OpenAiAudioSpeechOptions speechOptions = OpenAiAudioSpeechOptions.builder()
    .model("tts-1")
    .voice(OpenAiAudioApi.SpeechRequest.Voice.ALLOY)
    .responseFormat(OpenAiAudioApi.SpeechRequest.AudioResponseFormat.MP3)
    .speed(1.0f)
    .build();

SpeechPrompt speechPrompt = new SpeechPrompt("Hello, this is a text-to-speech example.", speechOptions);
SpeechResponse response = openAiAudioSpeechModel.call(speechPrompt);

Manual Configuration

Add the spring-ai-openai dependency to your project’s Maven pom.xml file:

<dependency>
    <groupId>org.springframework.ai</groupId>
    <artifactId>spring-ai-openai</artifactId>
</dependency>

or to your Gradle build.gradle build file:

dependencies {
    implementation 'org.springframework.ai:spring-ai-openai'
}

Refer to the Dependency Management section to add the Spring AI BOM to your build file.

Next, create an OpenAiAudioSpeechModel:

var openAiAudioApi = new OpenAiAudioApi()
    .apiKey(System.getenv("OPENAI_API_KEY"))
    .build();

var openAiAudioSpeechModel = new OpenAiAudioSpeechModel(openAiAudioApi);

var speechOptions = OpenAiAudioSpeechOptions.builder()
    .responseFormat(OpenAiAudioApi.SpeechRequest.AudioResponseFormat.MP3)
    .speed(1.0f)
    .model(OpenAiAudioApi.TtsModel.TTS_1.value)
    .build();

var speechPrompt = new SpeechPrompt("Hello, this is a text-to-speech example.", speechOptions);
SpeechResponse response = openAiAudioSpeechModel.call(speechPrompt);

// Accessing metadata (rate limit info)
OpenAiAudioSpeechResponseMetadata metadata = response.getMetadata();

byte[] responseAsBytes = response.getResult().getOutput();

Streaming Real-time Audio

The Speech API provides support for real-time audio streaming using chunk transfer encoding.
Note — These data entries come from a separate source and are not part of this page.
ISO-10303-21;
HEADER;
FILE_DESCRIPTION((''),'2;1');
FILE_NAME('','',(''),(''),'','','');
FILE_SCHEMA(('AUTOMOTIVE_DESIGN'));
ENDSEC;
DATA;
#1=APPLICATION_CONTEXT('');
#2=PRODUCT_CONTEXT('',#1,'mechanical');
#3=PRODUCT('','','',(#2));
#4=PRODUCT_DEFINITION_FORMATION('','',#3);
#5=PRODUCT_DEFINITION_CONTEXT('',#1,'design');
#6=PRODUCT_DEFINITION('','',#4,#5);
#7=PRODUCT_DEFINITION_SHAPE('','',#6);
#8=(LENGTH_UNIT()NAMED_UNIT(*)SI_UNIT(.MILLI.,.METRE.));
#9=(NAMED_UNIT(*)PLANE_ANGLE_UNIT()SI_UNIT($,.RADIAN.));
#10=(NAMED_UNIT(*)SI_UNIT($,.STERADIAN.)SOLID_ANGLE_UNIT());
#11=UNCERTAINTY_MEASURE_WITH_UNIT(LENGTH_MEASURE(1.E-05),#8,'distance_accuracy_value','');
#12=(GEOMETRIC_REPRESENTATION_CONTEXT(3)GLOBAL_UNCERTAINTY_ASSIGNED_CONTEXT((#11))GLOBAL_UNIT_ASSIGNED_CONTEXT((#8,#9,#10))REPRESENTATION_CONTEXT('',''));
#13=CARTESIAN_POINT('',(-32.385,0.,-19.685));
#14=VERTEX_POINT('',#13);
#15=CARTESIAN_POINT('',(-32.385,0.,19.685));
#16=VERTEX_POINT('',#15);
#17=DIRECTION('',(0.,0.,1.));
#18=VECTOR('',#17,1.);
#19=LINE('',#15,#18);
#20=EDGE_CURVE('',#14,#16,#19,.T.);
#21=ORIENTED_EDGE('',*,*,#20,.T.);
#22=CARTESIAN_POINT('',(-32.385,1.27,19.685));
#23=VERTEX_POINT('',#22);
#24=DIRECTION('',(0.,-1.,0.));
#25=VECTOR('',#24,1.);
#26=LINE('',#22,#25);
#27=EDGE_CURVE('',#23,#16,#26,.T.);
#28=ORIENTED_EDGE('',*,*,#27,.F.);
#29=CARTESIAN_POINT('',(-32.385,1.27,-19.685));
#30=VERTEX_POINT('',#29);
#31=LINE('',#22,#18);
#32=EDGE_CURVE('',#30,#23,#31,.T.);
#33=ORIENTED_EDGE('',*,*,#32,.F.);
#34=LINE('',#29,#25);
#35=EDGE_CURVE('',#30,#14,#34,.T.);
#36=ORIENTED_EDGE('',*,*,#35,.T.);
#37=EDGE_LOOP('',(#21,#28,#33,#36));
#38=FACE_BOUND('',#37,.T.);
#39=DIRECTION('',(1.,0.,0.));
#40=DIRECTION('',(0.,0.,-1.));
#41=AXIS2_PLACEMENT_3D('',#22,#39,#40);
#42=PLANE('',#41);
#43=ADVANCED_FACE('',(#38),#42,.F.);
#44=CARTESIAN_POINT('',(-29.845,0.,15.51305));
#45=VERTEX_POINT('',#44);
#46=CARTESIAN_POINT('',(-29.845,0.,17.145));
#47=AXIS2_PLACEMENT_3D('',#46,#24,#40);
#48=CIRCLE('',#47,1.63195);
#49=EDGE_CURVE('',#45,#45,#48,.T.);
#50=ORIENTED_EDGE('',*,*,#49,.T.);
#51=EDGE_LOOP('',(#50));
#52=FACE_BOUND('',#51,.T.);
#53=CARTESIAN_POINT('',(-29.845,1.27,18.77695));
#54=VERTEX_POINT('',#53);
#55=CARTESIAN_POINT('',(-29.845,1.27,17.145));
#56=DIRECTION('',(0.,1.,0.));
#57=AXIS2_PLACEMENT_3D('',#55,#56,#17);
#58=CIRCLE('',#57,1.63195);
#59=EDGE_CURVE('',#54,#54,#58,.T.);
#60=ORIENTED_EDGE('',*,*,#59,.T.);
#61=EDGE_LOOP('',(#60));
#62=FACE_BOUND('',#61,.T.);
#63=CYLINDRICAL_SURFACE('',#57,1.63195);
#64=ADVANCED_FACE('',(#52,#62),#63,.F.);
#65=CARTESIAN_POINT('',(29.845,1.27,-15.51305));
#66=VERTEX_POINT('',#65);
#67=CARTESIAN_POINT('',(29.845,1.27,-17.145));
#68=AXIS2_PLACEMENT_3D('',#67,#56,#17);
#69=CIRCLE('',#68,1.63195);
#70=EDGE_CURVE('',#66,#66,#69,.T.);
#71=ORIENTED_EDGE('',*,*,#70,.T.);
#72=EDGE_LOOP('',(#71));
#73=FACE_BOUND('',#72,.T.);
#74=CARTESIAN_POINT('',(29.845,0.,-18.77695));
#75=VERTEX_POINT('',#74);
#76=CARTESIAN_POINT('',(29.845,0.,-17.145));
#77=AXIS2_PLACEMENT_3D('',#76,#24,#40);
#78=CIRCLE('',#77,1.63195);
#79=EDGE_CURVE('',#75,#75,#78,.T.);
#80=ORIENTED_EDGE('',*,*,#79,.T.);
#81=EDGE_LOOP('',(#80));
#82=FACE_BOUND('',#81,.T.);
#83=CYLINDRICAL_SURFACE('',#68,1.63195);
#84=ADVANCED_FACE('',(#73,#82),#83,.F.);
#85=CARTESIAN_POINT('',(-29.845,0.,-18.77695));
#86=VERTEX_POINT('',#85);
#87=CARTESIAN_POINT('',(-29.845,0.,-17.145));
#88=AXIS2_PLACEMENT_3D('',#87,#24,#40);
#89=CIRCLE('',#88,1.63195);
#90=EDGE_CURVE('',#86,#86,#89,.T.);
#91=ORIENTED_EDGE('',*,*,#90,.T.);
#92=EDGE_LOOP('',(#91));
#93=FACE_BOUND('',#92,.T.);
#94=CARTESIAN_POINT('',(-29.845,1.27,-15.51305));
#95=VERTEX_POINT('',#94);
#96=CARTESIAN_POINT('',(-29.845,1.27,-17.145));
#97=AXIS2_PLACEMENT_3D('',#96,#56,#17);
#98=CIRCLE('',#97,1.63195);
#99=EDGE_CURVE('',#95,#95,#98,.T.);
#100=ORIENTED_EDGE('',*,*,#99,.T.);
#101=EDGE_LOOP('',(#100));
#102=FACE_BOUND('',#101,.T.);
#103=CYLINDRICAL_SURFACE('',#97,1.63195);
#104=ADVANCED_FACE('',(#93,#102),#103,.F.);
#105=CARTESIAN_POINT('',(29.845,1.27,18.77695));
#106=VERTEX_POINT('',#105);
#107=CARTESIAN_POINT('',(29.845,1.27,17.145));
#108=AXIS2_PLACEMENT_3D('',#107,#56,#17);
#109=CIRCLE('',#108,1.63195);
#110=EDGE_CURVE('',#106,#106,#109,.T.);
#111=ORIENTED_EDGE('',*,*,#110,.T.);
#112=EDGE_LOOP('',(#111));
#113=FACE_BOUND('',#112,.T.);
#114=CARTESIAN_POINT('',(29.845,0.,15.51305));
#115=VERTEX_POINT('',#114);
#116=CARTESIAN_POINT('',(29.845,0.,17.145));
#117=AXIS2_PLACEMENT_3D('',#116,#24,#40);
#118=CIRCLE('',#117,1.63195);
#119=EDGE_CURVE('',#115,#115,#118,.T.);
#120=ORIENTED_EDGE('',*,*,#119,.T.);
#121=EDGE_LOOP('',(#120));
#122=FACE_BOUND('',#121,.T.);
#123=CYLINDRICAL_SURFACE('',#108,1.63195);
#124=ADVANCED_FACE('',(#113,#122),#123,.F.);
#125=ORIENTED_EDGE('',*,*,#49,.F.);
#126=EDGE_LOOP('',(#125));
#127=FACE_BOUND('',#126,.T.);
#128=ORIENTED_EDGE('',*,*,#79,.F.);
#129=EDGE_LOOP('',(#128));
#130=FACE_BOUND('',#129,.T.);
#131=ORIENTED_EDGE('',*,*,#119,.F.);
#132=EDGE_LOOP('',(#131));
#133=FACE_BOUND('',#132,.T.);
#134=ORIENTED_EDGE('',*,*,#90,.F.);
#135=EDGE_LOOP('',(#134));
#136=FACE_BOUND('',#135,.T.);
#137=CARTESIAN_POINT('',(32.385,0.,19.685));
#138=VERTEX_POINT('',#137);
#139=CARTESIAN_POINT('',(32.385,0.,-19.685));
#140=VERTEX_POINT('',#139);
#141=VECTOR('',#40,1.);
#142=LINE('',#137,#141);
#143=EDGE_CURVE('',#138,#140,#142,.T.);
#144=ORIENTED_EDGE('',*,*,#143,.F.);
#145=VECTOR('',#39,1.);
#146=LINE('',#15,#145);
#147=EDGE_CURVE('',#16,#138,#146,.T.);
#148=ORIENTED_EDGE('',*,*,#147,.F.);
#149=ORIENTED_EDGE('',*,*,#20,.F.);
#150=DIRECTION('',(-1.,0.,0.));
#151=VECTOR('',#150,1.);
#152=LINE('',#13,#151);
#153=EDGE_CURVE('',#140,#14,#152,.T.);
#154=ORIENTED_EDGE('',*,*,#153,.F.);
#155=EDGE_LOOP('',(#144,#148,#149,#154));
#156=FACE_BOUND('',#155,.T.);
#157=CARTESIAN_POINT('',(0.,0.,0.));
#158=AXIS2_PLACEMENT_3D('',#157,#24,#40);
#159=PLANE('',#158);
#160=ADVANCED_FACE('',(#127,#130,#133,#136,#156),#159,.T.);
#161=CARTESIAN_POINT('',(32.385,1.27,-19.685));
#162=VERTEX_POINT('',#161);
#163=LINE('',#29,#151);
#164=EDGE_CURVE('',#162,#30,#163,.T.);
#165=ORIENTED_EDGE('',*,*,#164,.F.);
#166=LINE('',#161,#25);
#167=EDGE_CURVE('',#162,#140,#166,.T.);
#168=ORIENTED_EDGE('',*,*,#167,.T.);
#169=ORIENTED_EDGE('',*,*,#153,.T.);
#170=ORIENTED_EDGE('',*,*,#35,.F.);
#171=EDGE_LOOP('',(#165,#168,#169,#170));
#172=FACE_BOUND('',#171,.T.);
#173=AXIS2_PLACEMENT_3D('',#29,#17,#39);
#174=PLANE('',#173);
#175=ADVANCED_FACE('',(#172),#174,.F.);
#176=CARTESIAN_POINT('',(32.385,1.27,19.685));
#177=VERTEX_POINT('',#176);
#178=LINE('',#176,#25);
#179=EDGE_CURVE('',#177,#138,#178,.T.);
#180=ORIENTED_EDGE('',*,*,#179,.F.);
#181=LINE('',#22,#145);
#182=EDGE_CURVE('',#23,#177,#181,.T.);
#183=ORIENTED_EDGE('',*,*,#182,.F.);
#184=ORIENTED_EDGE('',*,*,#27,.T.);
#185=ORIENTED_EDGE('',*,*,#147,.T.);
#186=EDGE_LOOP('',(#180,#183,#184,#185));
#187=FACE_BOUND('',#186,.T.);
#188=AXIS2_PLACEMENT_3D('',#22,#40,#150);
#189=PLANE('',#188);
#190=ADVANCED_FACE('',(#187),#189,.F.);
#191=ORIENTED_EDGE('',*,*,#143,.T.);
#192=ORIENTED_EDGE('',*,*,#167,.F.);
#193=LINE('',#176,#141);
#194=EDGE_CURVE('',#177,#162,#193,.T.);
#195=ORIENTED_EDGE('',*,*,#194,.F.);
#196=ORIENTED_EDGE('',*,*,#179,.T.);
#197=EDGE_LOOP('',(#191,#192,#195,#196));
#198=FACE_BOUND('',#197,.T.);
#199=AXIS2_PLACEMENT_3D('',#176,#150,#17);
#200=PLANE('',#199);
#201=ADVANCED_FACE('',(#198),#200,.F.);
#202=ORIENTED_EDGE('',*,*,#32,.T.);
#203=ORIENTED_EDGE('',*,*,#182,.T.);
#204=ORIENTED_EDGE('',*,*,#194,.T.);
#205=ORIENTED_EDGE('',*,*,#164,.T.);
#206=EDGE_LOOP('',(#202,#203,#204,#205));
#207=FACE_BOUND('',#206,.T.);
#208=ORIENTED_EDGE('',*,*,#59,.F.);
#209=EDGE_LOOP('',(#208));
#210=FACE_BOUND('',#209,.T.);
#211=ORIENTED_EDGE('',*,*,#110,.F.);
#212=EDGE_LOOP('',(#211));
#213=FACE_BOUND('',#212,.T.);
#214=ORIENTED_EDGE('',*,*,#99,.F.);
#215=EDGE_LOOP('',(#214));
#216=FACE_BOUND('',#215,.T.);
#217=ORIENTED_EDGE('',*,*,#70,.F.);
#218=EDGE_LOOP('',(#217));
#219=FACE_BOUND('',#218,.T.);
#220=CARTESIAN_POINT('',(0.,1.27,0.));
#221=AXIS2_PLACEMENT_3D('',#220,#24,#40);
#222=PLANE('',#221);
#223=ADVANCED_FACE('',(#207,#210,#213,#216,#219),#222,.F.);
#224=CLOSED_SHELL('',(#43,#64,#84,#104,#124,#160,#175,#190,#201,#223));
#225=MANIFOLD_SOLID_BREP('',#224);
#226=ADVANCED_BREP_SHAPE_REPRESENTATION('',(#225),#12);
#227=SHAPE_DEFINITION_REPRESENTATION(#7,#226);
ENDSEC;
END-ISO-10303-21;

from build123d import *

# Parameters (mm, degrees)
SKETCH1_W                 = 64.77
SKETCH1_H                 = 39.37
BOSS_EXTRUDE1_DEPTH       = 1.27
F_4_CLEARANCE_HOLE1_D     = 3.2639
F_4_CLEARANCE_HOLE1_DEPTH = 7.5946
F_4_CLEARANCE_HOLE1_TIP   = 0.980574487


with BuildPart() as part:
    # Sketch1 → Boss-Extrude1 (new body)
    with BuildSketch(Plane(origin=(0, 0, 0), x_dir=(1, 0, 0), z_dir=(0, 1, 0))):
        Rectangle(SKETCH1_W, SKETCH1_H)
    extrude(amount=BOSS_EXTRUDE1_DEPTH)

    # #4 Clearance Hole1
    with Locations(Plane(origin=(0, 1.27, 0), x_dir=(1, 0, 0), z_dir=(0, 1, 0))):
        with Locations((-29.845, 17.145), (-29.845, -17.145), (29.845, -17.145), (29.845, 17.145)):
            Hole(F_4_CLEARANCE_HOLE1_D / 2, depth=F_4_CLEARANCE_HOLE1_DEPTH)
            with Locations((0, 0, -(F_4_CLEARANCE_HOLE1_DEPTH + F_4_CLEARANCE_HOLE1_TIP / 2))):  # 118° drill point
                Cone(0, F_4_CLEARANCE_HOLE1_D / 2, F_4_CLEARANCE_HOLE1_TIP, mode=Mode.SUBTRACT)


solid = part.part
This means that the audio is able to be played before the full file has been generated and made accessible.

var openAiAudioApi = new OpenAiAudioApi()
    .apiKey(System.getenv("OPENAI_API_KEY"))
    .build();

var openAiAudioSpeechModel = new OpenAiAudioSpeechModel(openAiAudioApi);

OpenAiAudioSpeechOptions speechOptions = OpenAiAudioSpeechOptions.builder()
    .voice(OpenAiAudioApi.SpeechRequest.Voice.ALLOY)
    .speed(1.0f)
    .responseFormat(OpenAiAudioApi.SpeechRequest.AudioResponseFormat.MP3)
    .model(OpenAiAudioApi.TtsModel.TTS_1.value)
    .build();

SpeechPrompt speechPrompt = new SpeechPrompt("Today is a wonderful day to build something people love!", speechOptions);

Flux<SpeechResponse> responseStream = openAiAudioSpeechModel.stream(speechPrompt);

Example Code

The OpenAiSpeechModelIT.java test provides some general examples of how to use the library.